De geelrode naaldaar of zeegroene naaldaar (Setaria pumila, synoniem:Setaria glauca) is een eenjarige plant, die behoort tot de grassenfamilie (Poaceae). De geelrode naaldaar komt van nature over de gehele wereld voor in gebieden met een gematigd of vrij warm klimaat. De soort staat op de Nederlandse Rode lijst van planten als een soort die in Nederland algemeen voorkomend en stabiel of toegenomen is. Het aantal chromosomen is 2n = 36 of 72.

De plant wordt 5 - 75 cm hoog en heeft opstijgende of rechopstaande stengels. Het iets blauwachtige, vlakke, 10 - 30 cm lange en 4 - 10 mm brede blad heeft een bladschede, die ook bovenaan langs de rand kaal is. De bovenzijde van het blad is ruw en de onderzijde glad. Op de bladvoet zitten wel lange haren. Het tongetje (ligula) bestaat uit 0,5 - 1 mm lange haren.

De plant bloeit van juli tot in de herfst. De bloeiwijze is een 2 - 15 cm lange en 6 - 8 mm dikke aarpluim met 2,8 - 3,1 mm lange, eivormige aartjes.

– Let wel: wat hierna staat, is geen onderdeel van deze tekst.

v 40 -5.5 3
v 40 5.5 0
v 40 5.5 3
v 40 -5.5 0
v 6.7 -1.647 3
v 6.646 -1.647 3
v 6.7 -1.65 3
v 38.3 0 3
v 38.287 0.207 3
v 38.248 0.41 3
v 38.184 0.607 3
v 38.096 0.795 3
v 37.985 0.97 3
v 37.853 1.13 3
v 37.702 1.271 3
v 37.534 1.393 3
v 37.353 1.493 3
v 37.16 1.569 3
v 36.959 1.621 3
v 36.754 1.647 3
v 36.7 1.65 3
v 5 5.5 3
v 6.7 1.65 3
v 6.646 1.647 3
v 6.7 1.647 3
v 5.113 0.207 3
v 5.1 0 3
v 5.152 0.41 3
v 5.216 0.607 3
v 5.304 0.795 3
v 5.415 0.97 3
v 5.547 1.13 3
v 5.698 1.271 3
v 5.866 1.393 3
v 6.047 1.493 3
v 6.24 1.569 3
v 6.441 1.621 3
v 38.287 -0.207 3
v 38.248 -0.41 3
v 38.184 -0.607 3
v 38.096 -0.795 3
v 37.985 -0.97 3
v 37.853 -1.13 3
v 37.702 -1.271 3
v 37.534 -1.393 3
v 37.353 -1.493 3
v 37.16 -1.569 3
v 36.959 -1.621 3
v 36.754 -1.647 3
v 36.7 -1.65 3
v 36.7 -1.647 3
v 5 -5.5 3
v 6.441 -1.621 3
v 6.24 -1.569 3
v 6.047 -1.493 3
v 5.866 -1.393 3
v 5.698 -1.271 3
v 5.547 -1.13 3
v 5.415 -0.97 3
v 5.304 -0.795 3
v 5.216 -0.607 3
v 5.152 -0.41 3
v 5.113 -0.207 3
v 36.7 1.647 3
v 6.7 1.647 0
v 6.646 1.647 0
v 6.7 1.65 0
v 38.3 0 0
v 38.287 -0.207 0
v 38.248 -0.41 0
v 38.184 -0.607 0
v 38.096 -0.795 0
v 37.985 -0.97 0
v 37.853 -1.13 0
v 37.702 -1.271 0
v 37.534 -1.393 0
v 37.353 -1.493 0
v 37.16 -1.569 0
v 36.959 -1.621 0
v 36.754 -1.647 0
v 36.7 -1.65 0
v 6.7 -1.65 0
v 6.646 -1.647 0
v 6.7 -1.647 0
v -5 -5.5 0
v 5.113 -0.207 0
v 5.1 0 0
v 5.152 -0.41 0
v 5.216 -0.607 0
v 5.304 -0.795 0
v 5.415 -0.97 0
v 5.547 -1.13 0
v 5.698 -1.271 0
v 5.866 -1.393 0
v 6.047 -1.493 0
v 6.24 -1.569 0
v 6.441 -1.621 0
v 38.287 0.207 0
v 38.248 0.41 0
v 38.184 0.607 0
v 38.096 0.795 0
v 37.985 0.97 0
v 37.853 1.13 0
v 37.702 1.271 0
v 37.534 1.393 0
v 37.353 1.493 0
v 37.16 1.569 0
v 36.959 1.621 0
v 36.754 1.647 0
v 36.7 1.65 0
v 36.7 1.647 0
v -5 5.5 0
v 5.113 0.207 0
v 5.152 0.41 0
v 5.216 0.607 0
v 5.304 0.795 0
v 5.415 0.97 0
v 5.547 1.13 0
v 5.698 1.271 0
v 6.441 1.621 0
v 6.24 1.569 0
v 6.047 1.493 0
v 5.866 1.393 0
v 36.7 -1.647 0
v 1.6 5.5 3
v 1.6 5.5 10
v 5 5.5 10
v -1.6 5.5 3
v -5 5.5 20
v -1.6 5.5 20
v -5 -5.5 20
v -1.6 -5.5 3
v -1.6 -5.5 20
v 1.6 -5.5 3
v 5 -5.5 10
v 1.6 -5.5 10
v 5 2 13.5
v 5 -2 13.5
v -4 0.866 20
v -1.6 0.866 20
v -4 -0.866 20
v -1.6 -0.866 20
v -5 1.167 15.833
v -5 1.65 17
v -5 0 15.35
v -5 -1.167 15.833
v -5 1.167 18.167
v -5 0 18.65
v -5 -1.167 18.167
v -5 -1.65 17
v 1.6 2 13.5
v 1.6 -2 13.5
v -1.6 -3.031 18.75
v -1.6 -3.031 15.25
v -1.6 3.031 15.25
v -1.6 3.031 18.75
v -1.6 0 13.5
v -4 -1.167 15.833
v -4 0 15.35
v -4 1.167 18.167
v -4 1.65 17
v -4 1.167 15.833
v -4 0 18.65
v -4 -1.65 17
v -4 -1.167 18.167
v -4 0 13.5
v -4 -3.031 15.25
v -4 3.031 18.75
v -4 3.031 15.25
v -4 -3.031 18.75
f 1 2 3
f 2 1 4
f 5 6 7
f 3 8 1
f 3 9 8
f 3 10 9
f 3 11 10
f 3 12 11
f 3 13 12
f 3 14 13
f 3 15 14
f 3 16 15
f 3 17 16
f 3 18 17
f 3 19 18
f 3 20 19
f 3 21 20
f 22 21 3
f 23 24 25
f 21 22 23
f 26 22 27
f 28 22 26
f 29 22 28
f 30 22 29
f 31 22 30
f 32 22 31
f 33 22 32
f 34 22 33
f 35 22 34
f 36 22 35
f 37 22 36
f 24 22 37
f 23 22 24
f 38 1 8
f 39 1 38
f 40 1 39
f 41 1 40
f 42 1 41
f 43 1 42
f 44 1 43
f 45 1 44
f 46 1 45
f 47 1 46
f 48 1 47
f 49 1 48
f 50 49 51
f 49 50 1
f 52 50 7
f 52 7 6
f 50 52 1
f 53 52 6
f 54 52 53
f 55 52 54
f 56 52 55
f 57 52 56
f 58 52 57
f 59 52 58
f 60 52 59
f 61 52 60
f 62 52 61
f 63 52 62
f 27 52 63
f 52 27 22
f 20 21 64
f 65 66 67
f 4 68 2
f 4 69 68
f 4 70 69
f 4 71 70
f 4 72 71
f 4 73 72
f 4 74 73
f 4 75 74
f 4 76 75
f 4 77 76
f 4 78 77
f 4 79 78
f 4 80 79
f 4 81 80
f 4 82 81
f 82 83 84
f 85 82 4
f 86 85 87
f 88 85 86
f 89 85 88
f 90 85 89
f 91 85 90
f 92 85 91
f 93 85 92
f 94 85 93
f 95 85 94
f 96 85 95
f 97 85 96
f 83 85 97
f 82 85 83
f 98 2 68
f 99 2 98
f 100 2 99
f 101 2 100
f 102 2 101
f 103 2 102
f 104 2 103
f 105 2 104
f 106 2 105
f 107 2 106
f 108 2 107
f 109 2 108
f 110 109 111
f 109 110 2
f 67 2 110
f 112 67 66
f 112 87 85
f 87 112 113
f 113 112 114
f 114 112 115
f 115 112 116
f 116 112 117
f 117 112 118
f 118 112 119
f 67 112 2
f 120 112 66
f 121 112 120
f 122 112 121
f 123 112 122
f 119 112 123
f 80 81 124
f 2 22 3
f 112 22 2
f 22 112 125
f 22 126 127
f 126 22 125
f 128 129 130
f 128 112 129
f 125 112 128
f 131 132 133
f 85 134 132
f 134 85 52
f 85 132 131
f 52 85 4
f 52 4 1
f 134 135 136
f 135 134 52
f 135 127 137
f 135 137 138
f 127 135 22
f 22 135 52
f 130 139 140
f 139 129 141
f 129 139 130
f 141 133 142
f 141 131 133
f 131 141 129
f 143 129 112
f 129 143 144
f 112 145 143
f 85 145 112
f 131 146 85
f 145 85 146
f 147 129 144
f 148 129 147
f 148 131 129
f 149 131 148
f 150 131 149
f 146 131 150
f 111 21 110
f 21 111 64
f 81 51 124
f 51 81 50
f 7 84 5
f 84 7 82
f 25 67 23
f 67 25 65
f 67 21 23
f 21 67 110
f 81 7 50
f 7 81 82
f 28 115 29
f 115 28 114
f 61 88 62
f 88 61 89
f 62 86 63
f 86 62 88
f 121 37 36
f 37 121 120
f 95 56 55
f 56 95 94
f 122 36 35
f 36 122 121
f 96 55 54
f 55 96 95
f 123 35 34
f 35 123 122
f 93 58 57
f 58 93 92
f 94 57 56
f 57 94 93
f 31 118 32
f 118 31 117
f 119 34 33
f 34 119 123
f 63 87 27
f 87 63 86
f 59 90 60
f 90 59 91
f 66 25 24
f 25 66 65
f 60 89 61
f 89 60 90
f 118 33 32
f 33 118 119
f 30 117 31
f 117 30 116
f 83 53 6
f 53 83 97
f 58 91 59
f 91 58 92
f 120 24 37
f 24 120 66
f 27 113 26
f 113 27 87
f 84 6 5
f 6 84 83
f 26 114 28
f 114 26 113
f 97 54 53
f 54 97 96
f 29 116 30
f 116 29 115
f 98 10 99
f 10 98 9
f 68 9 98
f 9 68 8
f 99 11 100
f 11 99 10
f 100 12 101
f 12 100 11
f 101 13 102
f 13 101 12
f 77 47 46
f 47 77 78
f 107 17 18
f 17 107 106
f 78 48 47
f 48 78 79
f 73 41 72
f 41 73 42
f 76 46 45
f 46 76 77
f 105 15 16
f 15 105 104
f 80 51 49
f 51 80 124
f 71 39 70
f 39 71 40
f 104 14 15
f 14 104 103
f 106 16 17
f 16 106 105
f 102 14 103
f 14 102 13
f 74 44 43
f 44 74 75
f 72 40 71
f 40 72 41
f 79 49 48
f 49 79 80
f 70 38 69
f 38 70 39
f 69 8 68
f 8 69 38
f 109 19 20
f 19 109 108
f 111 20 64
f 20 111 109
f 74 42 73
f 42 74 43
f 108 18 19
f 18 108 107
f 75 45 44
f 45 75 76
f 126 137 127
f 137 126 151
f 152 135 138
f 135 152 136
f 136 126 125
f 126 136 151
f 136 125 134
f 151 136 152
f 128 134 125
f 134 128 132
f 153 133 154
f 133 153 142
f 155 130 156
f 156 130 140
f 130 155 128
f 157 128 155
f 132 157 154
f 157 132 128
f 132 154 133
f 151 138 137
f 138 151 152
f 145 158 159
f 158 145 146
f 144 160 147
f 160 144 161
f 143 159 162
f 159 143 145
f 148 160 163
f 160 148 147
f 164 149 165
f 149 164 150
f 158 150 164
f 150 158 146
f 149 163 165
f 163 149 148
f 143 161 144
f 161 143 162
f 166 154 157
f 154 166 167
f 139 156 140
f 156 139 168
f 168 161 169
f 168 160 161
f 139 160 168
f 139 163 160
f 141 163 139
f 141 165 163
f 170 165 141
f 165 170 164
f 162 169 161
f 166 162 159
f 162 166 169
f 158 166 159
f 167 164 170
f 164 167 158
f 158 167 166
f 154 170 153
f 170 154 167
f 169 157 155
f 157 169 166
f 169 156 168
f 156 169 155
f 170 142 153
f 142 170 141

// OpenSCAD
// Robot DC-motor: sensor keyesIR - holder

// Vertical part.
h_vert = 40;
w_vert = 11;
d_vert =  3;

// Internal diameter of nut.
id_nut = 3.3;

// Out diameter of nut.
od_nut = 7;

// Height of nut.
h_nut = 4;

// Length and diameter of screws.
len_screw = 20;
dia_screw = 3.3;

// Horizontal part.
h_horiz = 10;
w_horiz = 11;
d_horiz =  20;

// Width of chassis.
w_chassis = 3.2;

// Vertical hole.
h_vhole = h_vert - 2*id_nut - (h_horiz - w_chassis)/2;
w_vhole = id_nut;
d_vhole =  10;

// Width of chassis.
w_chassis = 3.2;

// Horizontal hole.
h_hhole = w_chassis;
w_hhole = w_horiz+1;
d_hhole = d_horiz;

// Block of nut.
h_nut_hole = (h_horiz - w_chassis)/2 + 1;
w_nut_hole = w_horiz+1;
d_nut_hole = od_nut;


module solid_part() {
  union() {
// Vertical part.
    translate([h_vert/2, 0, d_vert/2])
      cube([h_vert, w_vert, d_vert], center = true);
    
// Horizontal part.
    translate([0, 0, d_horiz/2])
      cube([h_horiz, w_horiz, d_horiz], center = true);
  }    
}    

module  holes() {
    
  union() {    
// Vertical hole.
    translate([h_vhole/2 + id_nut + (h_horiz - w_chassis)/2, 0, d_vhole/2 - 0.5])  
      cube([h_vhole, w_vhole, d_vhole], center = true);
    translate([(h_vhole/2 + (h_horiz - w_chassis)/2-d_vhole-w_vhole/2),0,0])
        cylinder(r=w_vhole/2, h=d_vhole, center=true, $fn = 50);
    translate([(h_vhole/2 + (h_horiz - w_chassis)/2+d_vhole+w_vhole/2+ id_nut*2),0,0])
        cylinder(r=w_vhole/2, h=d_vhole, center=true, $fn = 50); 
     
    translate([0,w_vert/2,d_vert*2+4])
      rotate([45,0,0])
        cube([6,6,6]);
    translate([0,-w_vert/2,d_vert*2+4])
      rotate([45,0,0])
        cube([6,6,6]);
    
// Horizontal hole.
    translate([0, 0, d_horiz/2 + d_vert])
      cube([h_hhole, w_hhole, d_hhole], center = true);  

// Block of nut.
    translate([(h_horiz - w_chassis)/2, 0, d_horiz/2 + d_nut_hole])
      cube([h_nut_hole, w_nut_hole, d_nut_hole], center = true);  

// Screw hole.
    translate([0, 0, d_horiz/2 + d_nut_hole])
      rotate(a=[0,90,0])      
        cylinder(h = len_screw, r1 = dia_screw/2, r2 = dia_screw/2, $fn = 8, center = true);      
        

// Nut hole.
    translate([-h_nut/2, 0, d_horiz/2 + d_nut_hole])
      rotate(a=[ 0, 90, 0])      
        cylinder(h = h_nut, r1 = od_nut/2, r2 = od_nut/2, $fn = 6, center = true);      
  }      

}

difference() {
  solid_part();
  holes();  
}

Het onderste kelkkafje is ongeveer even lang als het bovenste. Het bruinige, onderste, 3 mm lange kroonkafje (lemma) van de vruchtbare bloem is dwars gerimpeld en wordt gedeeltelijk bedekt door het bovenste kelkkafje. Het bovenste, 2,7 mm lange kroonkafje (palea) van de onvruchtbare bloem is ongeveer even lang als het onderste kroonkafje. Onderaan het aartje zitten 5 - 10, 3 - 8 mm lange, gele later rood-oranje wordende borstels met naar boven gerichte tandjes, waardoor ze bij het opstrijken niet haken. De 1 - 1,5 mm lange helmhokjes zijn zwartpurper en de stempels zijn purper.

De vrucht is een 1,4 mm lange graanvrucht en valt met het gehele aartje tegelijk af.

De geelrode naaldaar komt voor op zandige en leemhoudende gronden in tuinen, bouwland en ruderale plaatsen.